Gemma 2: Improving Open Language Models at a Practical Size

🌈 Abstract

The article introduces Gemma 2, a new addition to the Gemma family of lightweight, state-of-the-art open models, ranging in scale from 2 billion to 27 billion parameters. The key points are:

Gemma 2 applies several known technical modifications to the Transformer architecture, such as interleaving local-global attentions and group-query attention.
The 2B and 9B models are trained with knowledge distillation instead of next token prediction, resulting in better performance for their size.
The models deliver the best performance for their size, and even offer competitive alternatives to models that are 2-3 times larger.
All Gemma 2 models are released to the community.

🙋 Q&A

[01] Model Architecture

1. What are the key architectural differences between Gemma 1 and Gemma 2 models?
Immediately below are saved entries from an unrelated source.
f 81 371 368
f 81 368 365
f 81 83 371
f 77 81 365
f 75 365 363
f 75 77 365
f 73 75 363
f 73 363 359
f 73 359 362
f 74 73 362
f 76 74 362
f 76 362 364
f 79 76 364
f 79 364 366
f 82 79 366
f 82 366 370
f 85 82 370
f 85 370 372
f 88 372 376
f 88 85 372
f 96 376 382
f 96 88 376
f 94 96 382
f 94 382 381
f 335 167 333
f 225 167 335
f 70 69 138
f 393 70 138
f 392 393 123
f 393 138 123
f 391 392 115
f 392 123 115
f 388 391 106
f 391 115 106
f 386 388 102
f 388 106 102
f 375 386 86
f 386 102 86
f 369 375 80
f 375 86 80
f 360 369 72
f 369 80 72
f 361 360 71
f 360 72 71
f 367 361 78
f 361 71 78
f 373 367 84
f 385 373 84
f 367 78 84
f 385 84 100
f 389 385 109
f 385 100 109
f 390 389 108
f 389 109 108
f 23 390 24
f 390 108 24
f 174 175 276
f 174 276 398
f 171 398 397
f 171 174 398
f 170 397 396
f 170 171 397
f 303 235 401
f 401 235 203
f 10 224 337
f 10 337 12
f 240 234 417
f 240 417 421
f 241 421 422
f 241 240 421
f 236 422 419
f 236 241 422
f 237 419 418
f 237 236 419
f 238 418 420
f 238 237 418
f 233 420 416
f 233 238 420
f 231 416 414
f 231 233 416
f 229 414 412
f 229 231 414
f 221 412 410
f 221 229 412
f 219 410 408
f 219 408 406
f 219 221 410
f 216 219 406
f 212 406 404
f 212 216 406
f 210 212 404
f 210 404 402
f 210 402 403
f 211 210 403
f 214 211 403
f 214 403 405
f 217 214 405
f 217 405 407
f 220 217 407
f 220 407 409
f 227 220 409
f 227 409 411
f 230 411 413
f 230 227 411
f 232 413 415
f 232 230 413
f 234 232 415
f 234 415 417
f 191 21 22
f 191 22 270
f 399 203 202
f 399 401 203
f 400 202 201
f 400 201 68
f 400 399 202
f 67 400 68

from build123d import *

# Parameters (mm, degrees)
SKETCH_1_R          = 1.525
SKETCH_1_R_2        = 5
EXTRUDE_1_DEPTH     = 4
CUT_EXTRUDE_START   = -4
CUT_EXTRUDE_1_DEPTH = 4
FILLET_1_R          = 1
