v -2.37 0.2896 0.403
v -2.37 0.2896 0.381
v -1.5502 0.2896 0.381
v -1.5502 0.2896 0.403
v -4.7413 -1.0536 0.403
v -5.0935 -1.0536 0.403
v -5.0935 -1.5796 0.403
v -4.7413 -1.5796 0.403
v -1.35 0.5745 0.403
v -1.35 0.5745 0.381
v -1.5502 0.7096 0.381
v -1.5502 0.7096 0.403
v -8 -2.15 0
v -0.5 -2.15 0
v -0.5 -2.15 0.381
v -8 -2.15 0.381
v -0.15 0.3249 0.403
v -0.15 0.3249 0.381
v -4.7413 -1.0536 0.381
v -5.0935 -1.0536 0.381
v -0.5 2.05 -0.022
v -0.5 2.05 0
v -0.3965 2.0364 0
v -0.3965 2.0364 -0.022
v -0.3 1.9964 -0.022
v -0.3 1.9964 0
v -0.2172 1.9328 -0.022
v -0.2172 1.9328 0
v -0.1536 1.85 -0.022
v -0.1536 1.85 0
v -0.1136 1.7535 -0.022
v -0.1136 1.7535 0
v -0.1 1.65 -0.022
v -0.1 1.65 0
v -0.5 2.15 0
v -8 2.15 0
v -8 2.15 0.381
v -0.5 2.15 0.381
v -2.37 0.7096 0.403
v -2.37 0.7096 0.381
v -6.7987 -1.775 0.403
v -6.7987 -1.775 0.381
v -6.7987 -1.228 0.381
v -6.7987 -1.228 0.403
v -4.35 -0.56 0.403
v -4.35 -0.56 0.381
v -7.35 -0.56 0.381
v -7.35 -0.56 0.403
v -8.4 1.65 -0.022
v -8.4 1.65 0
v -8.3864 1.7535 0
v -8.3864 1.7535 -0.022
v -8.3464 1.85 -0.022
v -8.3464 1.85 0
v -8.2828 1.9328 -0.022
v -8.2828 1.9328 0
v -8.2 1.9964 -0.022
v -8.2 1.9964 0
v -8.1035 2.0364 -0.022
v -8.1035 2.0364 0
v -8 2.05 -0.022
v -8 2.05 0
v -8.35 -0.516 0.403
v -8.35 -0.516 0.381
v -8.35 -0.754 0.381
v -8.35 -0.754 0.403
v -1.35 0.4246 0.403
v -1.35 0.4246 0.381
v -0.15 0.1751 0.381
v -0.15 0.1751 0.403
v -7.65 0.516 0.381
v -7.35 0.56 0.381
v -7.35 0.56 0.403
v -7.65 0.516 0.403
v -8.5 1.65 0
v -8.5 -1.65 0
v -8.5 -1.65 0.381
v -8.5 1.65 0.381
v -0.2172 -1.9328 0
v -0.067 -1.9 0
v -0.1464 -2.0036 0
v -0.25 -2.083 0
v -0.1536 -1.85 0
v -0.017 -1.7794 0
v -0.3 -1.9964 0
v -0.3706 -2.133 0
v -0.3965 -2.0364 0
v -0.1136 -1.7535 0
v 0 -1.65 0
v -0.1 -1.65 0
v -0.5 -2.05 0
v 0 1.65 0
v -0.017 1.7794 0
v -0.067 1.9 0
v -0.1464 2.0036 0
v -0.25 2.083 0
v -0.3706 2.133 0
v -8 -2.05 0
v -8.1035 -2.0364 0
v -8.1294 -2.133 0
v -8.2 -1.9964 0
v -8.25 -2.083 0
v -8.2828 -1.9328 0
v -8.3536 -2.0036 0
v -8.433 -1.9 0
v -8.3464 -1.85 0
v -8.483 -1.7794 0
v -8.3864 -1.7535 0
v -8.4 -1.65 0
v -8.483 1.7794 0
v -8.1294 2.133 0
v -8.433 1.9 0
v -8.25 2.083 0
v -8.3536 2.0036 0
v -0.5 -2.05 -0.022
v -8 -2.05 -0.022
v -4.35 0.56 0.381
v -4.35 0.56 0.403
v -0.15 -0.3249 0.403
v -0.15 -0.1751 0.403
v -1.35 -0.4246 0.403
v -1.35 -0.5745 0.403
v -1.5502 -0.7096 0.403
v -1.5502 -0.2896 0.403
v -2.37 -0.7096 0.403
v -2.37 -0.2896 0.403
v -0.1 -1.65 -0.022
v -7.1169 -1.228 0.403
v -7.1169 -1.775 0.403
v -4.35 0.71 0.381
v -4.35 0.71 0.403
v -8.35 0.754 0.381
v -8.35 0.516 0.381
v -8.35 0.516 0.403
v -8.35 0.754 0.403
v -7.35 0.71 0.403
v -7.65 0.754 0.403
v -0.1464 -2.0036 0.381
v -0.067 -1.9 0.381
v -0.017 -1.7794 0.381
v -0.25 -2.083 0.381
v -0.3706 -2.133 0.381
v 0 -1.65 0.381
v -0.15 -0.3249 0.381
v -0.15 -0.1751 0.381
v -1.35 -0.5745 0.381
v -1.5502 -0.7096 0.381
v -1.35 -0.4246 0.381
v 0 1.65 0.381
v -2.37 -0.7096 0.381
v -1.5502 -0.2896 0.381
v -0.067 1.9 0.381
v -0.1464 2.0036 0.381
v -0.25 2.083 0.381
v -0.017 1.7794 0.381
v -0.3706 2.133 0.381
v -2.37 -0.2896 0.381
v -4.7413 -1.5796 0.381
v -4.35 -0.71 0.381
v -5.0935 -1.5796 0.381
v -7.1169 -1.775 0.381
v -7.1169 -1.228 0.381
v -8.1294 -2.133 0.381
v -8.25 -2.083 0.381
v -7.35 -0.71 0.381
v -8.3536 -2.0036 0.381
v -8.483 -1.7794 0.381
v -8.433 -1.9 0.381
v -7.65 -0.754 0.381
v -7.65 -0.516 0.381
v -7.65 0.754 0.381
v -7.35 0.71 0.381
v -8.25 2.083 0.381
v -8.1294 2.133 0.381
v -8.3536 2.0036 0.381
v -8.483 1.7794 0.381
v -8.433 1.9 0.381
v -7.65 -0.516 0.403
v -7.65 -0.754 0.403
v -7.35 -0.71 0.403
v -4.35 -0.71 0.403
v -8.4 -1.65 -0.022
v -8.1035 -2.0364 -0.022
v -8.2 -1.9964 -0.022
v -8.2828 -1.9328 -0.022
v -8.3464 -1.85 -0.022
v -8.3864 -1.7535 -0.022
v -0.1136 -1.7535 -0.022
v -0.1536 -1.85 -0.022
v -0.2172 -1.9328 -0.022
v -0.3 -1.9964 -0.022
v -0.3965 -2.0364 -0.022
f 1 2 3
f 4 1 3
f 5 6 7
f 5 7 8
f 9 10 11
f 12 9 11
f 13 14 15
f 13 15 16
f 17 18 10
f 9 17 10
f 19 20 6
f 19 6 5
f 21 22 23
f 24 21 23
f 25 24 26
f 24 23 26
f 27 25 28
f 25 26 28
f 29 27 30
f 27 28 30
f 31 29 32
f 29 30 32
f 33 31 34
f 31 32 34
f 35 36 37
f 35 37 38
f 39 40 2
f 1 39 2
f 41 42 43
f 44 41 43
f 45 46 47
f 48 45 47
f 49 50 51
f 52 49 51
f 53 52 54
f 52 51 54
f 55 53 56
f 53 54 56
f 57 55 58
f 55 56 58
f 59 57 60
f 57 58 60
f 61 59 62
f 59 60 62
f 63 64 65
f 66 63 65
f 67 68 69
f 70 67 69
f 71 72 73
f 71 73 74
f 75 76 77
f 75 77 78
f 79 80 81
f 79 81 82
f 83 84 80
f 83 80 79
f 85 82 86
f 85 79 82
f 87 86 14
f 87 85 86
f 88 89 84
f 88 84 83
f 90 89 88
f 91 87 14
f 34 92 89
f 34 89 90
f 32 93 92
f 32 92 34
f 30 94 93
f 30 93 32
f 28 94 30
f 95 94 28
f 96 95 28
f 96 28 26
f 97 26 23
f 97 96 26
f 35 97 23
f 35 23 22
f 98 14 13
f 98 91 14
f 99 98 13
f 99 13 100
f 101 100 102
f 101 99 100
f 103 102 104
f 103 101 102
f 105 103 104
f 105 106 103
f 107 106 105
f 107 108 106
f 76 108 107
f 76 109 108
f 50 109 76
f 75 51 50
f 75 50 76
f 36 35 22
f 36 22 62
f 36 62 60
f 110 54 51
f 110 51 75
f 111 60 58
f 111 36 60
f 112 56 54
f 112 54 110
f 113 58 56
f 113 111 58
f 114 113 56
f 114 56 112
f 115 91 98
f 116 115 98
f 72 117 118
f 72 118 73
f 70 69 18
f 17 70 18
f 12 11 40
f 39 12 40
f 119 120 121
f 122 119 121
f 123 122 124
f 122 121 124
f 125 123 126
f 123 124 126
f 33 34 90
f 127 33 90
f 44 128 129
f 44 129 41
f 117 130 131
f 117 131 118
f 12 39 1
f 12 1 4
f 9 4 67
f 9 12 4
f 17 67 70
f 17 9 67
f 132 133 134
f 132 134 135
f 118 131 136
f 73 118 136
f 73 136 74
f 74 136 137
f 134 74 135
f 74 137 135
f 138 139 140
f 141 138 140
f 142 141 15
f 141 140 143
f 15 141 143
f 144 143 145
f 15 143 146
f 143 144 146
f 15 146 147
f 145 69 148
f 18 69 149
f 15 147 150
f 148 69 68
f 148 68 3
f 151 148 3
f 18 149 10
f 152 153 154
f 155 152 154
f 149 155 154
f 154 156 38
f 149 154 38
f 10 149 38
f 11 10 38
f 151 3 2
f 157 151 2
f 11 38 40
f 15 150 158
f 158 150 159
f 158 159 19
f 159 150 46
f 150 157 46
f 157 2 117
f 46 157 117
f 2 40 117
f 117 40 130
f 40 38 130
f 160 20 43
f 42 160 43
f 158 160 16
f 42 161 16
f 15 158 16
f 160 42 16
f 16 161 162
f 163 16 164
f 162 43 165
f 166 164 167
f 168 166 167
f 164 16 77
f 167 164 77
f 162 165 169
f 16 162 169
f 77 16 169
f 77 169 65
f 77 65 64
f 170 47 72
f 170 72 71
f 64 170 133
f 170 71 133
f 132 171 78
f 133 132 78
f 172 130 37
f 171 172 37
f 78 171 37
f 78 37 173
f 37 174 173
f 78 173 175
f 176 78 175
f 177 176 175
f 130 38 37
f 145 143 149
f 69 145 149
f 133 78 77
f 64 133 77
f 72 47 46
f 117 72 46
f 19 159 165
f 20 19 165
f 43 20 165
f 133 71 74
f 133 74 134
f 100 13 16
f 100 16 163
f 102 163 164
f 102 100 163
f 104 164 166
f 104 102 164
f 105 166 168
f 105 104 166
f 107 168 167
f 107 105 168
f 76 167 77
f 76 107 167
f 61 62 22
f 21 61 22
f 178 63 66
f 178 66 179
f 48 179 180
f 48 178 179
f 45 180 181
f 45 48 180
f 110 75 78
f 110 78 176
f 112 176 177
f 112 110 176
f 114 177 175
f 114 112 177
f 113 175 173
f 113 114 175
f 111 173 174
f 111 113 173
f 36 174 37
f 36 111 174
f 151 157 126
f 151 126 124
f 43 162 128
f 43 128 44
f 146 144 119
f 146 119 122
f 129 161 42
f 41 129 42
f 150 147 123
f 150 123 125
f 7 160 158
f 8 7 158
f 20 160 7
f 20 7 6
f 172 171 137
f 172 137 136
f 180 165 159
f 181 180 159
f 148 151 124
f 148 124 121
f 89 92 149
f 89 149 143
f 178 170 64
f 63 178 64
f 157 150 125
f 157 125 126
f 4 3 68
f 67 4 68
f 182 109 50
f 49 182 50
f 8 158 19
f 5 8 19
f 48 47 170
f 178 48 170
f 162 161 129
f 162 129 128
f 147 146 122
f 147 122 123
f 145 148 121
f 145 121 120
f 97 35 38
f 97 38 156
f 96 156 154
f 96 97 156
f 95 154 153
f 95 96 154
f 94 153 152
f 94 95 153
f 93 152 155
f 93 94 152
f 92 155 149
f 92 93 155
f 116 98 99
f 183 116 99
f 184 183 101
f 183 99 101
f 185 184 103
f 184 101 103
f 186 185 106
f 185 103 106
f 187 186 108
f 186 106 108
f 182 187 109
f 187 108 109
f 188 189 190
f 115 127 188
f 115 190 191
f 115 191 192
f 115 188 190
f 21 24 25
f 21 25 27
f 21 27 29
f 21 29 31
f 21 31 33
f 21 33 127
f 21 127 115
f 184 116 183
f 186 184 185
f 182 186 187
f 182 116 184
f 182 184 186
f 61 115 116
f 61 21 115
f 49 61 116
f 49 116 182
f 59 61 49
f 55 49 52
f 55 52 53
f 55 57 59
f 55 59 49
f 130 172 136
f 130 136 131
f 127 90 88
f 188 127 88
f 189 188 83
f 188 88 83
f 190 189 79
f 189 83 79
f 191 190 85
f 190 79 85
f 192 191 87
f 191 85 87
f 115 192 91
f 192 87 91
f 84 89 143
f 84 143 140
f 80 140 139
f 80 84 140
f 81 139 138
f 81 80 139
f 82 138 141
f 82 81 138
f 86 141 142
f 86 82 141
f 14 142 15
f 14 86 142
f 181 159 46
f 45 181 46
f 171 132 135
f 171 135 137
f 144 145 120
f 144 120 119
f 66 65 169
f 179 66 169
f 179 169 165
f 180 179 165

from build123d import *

# Parameters (mm, degrees)
BE_00_BOARD_DEPTH   = 0.381
SKETCH2_W           = 0.318200966
SKETCH2_H           = 0.54698776
SKETCH2_W_2         = 0.352186611
SKETCH2_H_2         = 0.526038031
BE_00_TRACES_DEPTH  = 0.022
BOSS_EXTRUDE1_DEPTH = 0.022


with BuildPart() as part:
    # Sketch1 → BE-00 Board (new body)
    with BuildSketch(Plane.XY):
        with BuildLine():
            Line((-8, 2.15), (-0.5, 2.15))
            ThreePointArc((-0.5, 2.15), (-0.146446609, 2.003553391), (0, 1.65))
            Line((0, 1.65), (0, -1.65))
            ThreePointArc((0, -1.65), (-0.146446609, -2.003553391), (-0.5, -2.15))
            Line((-0.5, -2.15), (-8, -2.15))
            ThreePointArc((-8, -2.15), (-8.353553391, -2.003553391), (-8.5, -1.65))
            Line((-8.5, -1.65), (-8.5, 1.65))
            ThreePointArc((-8.5, 1.65), (-8.353553391, 2.003553391), (-8, 2.15))
        make_face()
    extrude(amount=BE_00_BOARD_DEPTH)

    # Sketch2 → BE-00 Traces (add)
    with BuildSketch(Plane.XY.offset(0.381)):
        Polygon((-0.15, -0.17507), (-0.15, -0.32493), (-1.35, -0.57449), (-1.55024951, -0.70956), (-2.37, -0.70956), (-2.37, -0.28956), (-1.55024951, -0.28956), (-1.35, -0.42463), align=None)
        Polygon((-4.35, -0.56), (-7.35, -0.56), (-7.65, -0.516), (-8.35, -0.516), (-8.35, -0.754), (-7.65, -0.754), (-7.35, -0.71), (-4.35, -0.71), align=None)
        Polygon((-4.35, 0.71), (-4.35, 0.56), (-7.35, 0.56), (-7.65, 0.516), (-8.35, 0.516), (-8.35, 0.754), (-7.65, 0.754), (-7.35, 0.71), align=None)
        Polygon((-1.35, 0.42463), (-0.15, 0.17507), (-0.15, 0.32493), (-1.35, 0.57449), (-1.55024951, 0.70956), (-2.37, 0.70956), (-2.37, 0.28956), (-1.55024951, 0.28956), align=None)
        with Locations((-6.957835324, -1.501500363)):
            Rectangle(SKETCH2_W, SKETCH2_H)
        with Locations((-4.91735677, -1.316593308)):
            Rectangle(SKETCH2_W_2, SKETCH2_H_2)
    extrude(amount=BE_00_TRACES_DEPTH)

    # Sketch4 → Boss-Extrude1 (add)
    with BuildSketch(Plane(origin=(0, 0, 0), x_dir=(-1, 0, 0), z_dir=(0, 0, -1))):
        with BuildLine():
            Line((0.5, -2.05), (8, -2.05))
            ThreePointArc((8, -2.05), (8.282842712, -1.932842712), (8.4, -1.65))
            Line((8.4, -1.65), (8.4, 1.65))
            ThreePointArc((8.4, 1.65), (8.282842712, 1.932842712), (8, 2.05))
            Line((8, 2.05), (0.5, 2.05))
            ThreePointArc((0.5, 2.05), (0.217157288, 1.932842712), (0.1, 1.65))
            Line((0.1, 1.65), (0.1, -1.65))
            ThreePointArc((0.1, -1.65), (0.217157288, -1.932842712), (0.5, -2.05))
        make_face()
    extrude(amount=BOSS_EXTRUDE1_DEPTH)


solid = part.part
Gemma 2 uses deeper networks compared to Gemma 1.
Gemma 2 alternates between local sliding window attention and global attention in every other layer.
Gemma 2 uses logit soft-capping, post-norm and pre-norm with RMSNorm, and Grouped-Query Attention (GQA).

2. What are the key parameter settings for the Gemma 2 models?
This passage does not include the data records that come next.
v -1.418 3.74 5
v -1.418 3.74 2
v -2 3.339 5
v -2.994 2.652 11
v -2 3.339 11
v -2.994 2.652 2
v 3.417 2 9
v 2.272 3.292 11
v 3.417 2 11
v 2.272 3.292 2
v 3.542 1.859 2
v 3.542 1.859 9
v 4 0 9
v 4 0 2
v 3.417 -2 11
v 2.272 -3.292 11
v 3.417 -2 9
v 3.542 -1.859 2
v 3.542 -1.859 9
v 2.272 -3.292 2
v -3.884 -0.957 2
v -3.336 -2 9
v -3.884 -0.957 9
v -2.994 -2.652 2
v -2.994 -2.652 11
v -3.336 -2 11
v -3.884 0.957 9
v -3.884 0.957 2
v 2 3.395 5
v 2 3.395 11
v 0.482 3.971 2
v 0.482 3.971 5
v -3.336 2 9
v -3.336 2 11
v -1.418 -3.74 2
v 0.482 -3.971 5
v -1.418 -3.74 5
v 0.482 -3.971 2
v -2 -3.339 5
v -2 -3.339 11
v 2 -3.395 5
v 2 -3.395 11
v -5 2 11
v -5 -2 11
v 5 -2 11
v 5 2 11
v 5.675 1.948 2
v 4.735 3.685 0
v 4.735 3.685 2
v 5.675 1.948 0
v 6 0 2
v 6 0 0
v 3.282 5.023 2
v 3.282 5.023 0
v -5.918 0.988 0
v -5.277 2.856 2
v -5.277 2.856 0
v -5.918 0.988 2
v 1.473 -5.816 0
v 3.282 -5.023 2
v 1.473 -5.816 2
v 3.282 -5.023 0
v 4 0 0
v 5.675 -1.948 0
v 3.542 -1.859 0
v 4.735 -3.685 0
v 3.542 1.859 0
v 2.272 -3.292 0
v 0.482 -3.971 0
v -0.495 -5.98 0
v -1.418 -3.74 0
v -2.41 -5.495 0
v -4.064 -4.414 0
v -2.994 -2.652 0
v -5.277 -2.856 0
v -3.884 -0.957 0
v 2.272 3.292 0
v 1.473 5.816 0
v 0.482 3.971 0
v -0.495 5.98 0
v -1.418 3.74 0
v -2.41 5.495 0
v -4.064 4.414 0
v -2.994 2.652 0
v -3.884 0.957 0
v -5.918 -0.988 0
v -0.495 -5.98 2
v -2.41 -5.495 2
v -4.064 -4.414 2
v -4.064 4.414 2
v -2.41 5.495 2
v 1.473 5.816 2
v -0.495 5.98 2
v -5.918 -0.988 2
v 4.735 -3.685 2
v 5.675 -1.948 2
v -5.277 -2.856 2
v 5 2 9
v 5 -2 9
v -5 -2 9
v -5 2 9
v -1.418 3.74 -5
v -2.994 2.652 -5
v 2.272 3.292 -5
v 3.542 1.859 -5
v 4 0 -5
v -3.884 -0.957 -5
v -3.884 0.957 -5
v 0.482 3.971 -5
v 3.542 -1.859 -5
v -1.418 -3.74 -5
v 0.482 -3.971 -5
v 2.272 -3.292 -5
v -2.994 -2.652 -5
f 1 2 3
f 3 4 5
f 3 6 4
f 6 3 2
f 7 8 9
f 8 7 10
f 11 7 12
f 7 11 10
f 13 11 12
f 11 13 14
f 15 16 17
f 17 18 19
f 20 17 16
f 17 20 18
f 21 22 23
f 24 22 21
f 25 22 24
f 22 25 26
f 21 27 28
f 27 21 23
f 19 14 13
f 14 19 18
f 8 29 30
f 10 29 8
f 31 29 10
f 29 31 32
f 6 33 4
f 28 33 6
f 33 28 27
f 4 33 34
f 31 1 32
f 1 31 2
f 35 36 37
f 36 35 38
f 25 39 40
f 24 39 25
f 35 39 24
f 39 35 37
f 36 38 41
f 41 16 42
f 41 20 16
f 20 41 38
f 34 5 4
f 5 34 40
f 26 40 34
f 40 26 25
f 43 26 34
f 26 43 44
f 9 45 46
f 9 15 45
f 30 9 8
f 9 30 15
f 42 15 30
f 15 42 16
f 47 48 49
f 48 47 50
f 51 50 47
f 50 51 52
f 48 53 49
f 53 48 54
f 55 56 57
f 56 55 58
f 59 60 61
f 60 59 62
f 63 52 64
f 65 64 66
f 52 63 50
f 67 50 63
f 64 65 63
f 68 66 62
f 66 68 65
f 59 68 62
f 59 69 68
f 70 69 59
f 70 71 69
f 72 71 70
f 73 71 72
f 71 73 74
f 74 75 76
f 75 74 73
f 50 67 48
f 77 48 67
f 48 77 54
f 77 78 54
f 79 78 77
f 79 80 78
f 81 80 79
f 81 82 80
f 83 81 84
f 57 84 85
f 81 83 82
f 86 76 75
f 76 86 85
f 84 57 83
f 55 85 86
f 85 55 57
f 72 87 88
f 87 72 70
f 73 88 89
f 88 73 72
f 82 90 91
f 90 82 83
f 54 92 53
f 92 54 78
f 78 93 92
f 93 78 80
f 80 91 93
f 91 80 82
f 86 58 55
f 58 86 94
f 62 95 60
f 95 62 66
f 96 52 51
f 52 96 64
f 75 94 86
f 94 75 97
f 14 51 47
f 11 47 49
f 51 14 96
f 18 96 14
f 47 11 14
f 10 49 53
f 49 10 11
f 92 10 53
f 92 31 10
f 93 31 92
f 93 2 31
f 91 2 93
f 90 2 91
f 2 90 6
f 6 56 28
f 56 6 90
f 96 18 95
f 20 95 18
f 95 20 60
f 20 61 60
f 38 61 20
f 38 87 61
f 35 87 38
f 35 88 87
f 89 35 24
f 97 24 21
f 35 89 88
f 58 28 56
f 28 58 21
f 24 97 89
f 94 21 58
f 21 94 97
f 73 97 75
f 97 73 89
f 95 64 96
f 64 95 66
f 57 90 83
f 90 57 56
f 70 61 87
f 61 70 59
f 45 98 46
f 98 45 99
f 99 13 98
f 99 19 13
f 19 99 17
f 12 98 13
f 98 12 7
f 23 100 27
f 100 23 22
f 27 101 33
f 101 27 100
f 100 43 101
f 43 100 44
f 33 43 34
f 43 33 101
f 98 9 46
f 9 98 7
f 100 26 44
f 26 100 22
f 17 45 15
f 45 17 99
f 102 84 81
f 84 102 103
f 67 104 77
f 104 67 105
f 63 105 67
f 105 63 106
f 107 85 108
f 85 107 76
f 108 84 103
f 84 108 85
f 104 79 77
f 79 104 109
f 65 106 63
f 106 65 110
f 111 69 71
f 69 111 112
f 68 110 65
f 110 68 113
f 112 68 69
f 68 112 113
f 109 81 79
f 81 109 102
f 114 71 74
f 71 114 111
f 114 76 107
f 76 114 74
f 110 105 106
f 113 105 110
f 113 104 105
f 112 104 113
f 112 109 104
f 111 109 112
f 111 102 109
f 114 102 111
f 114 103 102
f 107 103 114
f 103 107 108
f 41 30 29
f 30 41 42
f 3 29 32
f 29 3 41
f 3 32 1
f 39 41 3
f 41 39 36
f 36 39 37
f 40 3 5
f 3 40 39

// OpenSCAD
difference() {
	union() {
		cylinder(r=4,h=11);
		cylinder(r=6,h=2);
		translate([-5,-2,9])cube([10,4,2]);
		translate([0,0,-5])cylinder(r=4,h=5);
	}
	translate([-2,-4,5])cube([4,8,6]);
}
The 2B model has 2,024,517,888 non-embedding parameters, the 9B model has 8,324,201,984, and the 27B model has 26,047,480,320.
All models use a context length of 8192 tokens, Rotary Position Embeddings (RoPE), and the approximated GeGLU non-linearity.

[02] Pre-training

1. What are the key differences in the pre-training data and infrastructure used for Gemma 2 compared to Gemma 1?
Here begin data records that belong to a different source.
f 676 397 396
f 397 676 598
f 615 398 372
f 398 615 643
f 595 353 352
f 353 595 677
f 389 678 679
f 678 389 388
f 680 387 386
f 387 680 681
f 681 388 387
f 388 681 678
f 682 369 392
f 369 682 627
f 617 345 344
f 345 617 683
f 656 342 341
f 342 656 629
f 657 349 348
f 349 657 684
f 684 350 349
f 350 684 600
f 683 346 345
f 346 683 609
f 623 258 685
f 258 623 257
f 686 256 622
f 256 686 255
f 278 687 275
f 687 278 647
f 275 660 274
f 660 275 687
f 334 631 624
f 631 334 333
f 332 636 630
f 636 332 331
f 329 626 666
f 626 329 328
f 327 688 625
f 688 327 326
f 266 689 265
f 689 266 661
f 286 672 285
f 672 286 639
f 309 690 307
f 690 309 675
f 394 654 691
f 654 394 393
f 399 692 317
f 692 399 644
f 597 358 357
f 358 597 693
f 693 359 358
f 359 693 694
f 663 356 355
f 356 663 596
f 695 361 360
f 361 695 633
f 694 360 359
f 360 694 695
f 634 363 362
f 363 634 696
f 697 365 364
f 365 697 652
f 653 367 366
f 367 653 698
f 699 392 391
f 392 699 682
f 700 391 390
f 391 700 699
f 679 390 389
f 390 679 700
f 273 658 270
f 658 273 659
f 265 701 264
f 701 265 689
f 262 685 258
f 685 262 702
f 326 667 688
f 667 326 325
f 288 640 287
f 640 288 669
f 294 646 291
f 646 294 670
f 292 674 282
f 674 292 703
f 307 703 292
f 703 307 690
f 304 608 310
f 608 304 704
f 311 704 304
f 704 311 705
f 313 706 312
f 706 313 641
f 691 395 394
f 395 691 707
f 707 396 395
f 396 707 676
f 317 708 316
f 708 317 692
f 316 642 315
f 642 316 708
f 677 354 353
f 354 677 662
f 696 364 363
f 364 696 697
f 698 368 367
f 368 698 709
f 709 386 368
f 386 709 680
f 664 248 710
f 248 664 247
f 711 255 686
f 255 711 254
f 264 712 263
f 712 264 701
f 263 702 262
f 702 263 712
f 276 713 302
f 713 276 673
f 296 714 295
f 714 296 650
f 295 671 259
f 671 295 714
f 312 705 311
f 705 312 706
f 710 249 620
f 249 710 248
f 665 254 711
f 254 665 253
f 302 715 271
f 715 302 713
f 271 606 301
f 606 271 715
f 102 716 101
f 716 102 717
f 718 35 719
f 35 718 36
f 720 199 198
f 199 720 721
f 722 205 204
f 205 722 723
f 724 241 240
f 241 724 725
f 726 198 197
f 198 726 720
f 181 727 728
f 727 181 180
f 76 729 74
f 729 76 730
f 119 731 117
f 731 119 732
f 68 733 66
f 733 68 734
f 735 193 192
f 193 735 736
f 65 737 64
Gemma 2 is trained on 13 trillion tokens for the 27B model, 8 trillion for the 9B model, and 2 trillion for the 2B model.
The models are trained on TPUv4, TPUv5e, and TPUv5p with data replication and model sharding.
Knowledge distillation is used to train the 2B and 9B models, with the 27B model trained from scratch.

2. How does the carbon footprint of Gemma 2 pre-training compare to Gemma 1?

The carbon emissions from pre-training the Gemma 2 models are estimated to be similar to Gemma 1, as Google data centers are carbon neutral.

[03] Post-training

1. What are the key differences in the post-training process for Gemma 2 compared to Gemma 1?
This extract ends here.